** About this task **
Among the entries that follow, the required portion opens with the line containing "#27=AXIS2_PLACEMENT_3D('',#26,#16,#17);" and closes with the line containing "#37=ADVANCED_FACE('',(#23,#32),#36,.F.);". Give that portion again exactly, and nothing else.
(Given information begins)
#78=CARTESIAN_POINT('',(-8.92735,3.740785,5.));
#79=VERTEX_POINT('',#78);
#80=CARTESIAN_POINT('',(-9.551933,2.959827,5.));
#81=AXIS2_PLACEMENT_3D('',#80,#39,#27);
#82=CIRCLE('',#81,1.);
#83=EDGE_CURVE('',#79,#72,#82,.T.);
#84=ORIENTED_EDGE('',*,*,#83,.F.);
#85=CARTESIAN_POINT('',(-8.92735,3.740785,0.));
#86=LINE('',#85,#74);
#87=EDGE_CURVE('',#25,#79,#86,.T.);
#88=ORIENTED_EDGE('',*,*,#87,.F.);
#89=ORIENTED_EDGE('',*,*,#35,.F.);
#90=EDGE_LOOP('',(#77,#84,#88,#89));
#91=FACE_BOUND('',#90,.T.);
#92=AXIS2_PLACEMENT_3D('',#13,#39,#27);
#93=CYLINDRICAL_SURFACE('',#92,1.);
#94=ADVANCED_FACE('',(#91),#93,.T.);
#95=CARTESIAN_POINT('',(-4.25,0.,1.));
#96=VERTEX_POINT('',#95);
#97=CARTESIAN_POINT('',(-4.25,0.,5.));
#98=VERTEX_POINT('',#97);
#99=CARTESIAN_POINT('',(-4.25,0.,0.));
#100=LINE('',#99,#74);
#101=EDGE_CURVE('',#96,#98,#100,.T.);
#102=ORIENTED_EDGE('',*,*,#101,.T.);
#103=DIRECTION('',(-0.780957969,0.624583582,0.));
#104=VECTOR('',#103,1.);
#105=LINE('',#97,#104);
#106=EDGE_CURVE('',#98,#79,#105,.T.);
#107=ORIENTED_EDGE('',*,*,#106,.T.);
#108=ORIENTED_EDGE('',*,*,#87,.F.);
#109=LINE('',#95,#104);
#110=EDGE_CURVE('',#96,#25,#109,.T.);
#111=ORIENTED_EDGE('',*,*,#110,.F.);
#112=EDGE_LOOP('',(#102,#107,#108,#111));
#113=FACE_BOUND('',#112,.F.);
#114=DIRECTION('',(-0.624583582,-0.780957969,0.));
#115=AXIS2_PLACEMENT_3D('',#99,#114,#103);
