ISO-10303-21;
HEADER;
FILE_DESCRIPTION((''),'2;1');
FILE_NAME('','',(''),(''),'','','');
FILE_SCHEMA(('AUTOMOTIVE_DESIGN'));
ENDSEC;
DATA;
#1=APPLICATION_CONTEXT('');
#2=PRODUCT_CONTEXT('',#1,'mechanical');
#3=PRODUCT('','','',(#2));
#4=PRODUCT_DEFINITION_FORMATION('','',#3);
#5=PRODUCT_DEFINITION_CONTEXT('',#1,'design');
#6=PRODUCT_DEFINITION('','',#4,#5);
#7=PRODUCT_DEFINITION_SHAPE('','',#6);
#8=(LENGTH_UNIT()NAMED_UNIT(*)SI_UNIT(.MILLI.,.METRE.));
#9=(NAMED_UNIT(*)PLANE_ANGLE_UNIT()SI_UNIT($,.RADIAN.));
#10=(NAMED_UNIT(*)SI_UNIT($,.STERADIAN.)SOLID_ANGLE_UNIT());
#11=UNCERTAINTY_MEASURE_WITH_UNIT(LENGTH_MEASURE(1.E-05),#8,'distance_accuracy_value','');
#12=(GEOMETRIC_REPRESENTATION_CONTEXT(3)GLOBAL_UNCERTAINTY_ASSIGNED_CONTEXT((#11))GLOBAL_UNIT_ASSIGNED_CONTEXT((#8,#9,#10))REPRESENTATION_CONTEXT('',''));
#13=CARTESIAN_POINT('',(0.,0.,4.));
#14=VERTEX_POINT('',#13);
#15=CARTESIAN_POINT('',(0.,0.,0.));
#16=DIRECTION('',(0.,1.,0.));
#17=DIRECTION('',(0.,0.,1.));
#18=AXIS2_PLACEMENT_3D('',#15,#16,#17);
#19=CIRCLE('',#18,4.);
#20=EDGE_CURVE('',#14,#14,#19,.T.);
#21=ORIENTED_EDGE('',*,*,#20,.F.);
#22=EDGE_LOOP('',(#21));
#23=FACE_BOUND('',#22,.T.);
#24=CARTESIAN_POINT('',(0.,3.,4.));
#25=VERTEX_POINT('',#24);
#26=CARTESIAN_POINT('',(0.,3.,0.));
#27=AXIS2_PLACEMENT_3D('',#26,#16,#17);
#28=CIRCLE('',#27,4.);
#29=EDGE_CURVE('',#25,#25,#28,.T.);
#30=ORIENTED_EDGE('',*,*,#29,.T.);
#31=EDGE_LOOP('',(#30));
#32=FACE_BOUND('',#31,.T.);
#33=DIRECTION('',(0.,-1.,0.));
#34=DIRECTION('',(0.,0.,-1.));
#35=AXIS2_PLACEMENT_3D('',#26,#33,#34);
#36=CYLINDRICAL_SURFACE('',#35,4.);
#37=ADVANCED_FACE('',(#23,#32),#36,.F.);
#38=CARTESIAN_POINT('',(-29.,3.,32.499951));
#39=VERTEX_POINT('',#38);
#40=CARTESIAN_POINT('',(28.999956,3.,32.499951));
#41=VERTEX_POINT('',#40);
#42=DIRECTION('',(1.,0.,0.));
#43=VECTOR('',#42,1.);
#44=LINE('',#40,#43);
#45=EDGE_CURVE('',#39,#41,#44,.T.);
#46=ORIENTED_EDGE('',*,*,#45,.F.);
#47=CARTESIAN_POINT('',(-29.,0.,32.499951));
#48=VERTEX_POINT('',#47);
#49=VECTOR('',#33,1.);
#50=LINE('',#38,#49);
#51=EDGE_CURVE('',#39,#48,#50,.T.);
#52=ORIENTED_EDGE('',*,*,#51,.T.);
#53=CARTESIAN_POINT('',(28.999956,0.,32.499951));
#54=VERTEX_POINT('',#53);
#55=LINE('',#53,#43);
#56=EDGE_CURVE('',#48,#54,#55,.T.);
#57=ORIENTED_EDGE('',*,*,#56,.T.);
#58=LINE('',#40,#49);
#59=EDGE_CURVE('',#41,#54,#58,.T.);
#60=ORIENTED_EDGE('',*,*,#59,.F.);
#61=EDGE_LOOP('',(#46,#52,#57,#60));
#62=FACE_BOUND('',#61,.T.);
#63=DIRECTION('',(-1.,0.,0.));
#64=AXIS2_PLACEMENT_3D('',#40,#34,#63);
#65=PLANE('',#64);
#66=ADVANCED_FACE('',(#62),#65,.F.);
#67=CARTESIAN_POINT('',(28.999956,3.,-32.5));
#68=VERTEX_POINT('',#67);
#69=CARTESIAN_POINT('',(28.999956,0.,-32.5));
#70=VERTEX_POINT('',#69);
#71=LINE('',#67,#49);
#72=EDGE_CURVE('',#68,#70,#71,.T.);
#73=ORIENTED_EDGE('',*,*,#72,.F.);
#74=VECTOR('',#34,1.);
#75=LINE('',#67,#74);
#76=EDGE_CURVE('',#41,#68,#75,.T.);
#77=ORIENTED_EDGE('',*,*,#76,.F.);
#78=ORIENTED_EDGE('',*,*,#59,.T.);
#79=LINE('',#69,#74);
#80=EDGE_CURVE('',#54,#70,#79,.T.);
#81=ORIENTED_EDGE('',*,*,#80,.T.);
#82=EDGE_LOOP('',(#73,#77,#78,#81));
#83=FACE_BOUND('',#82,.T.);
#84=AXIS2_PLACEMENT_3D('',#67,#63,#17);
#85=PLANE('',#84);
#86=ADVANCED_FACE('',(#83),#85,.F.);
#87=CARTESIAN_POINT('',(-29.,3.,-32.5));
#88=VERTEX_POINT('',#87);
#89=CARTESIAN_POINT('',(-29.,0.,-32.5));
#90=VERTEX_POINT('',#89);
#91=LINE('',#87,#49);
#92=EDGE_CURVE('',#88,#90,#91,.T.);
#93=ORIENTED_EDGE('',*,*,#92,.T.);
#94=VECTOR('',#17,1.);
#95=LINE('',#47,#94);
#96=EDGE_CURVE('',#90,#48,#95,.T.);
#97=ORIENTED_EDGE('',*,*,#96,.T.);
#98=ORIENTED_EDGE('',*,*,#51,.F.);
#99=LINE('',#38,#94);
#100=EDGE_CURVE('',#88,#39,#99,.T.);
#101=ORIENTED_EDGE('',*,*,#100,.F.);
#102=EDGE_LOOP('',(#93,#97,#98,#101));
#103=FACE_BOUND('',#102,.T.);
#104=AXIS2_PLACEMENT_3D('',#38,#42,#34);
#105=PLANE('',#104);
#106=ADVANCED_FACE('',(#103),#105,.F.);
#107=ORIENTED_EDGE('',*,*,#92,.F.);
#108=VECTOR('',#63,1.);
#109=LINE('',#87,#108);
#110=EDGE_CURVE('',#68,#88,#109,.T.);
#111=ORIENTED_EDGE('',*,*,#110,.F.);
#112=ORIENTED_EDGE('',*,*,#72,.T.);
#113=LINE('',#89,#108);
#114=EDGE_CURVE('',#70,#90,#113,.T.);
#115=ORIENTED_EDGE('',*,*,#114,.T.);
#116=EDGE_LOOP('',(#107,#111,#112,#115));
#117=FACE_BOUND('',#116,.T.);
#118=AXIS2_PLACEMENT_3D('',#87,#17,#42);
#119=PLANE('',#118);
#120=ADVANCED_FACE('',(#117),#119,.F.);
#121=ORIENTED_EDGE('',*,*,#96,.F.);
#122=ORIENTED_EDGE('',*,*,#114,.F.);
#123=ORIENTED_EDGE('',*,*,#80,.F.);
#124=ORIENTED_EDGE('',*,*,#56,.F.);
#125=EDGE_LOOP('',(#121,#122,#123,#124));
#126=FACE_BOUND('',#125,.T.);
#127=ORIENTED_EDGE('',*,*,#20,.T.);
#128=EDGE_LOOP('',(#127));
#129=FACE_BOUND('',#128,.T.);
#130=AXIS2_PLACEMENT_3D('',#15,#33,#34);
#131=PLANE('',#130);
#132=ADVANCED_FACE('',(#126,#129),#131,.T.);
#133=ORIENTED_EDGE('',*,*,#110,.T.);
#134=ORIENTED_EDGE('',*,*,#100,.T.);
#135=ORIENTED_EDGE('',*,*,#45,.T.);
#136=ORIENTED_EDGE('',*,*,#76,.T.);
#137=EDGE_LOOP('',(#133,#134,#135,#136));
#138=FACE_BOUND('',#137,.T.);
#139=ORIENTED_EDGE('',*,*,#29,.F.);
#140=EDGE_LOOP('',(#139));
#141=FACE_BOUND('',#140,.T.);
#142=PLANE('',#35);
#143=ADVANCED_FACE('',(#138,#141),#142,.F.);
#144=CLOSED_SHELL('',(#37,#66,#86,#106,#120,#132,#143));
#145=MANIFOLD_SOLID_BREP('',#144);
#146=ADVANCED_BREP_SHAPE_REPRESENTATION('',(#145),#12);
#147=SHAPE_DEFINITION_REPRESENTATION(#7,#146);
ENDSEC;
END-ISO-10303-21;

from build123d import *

# Parameters (mm, degrees)
SKETCH4_W           = 57.999956111
SKETCH4_H           = 64.999950815
SKETCH4_R           = 4
BOSS_EXTRUDE1_DEPTH = 3


with BuildPart() as part:
    # Sketch4 → Boss-Extrude1 (new body)
    with BuildSketch(Plane(origin=(0, 0, 0), x_dir=(1, 0, 0), z_dir=(0, 1, 0))):
        with Locations((-2.1945e-05, 2.4592e-05)):
            Rectangle(SKETCH4_W, SKETCH4_H)
        with Locations(Location((0, 0, 0), (0, 0, 270))):
            Circle(SKETCH4_R, mode=Mode.SUBTRACT)
    extrude(amount=BOSS_EXTRUDE1_DEPTH)


solid = part.part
(Given information ends)
** Answer area **
#27=AXIS2_PLACEMENT_3D('',#26,#16,#17);
#28=CIRCLE('',#27,4.);
#29=EDGE_CURVE('',#25,#25,#28,.T.);
#30=ORIENTED_EDGE('',*,*,#29,.T.);
#31=EDGE_LOOP('',(#30));
#32=FACE_BOUND('',#31,.T.);
#33=DIRECTION('',(0.,-1.,0.));
#34=DIRECTION('',(0.,0.,-1.));
#35=AXIS2_PLACEMENT_3D('',#26,#33,#34);
#36=CYLINDRICAL_SURFACE('',#35,4.);
#37=ADVANCED_FACE('',(#23,#32),#36,.F.);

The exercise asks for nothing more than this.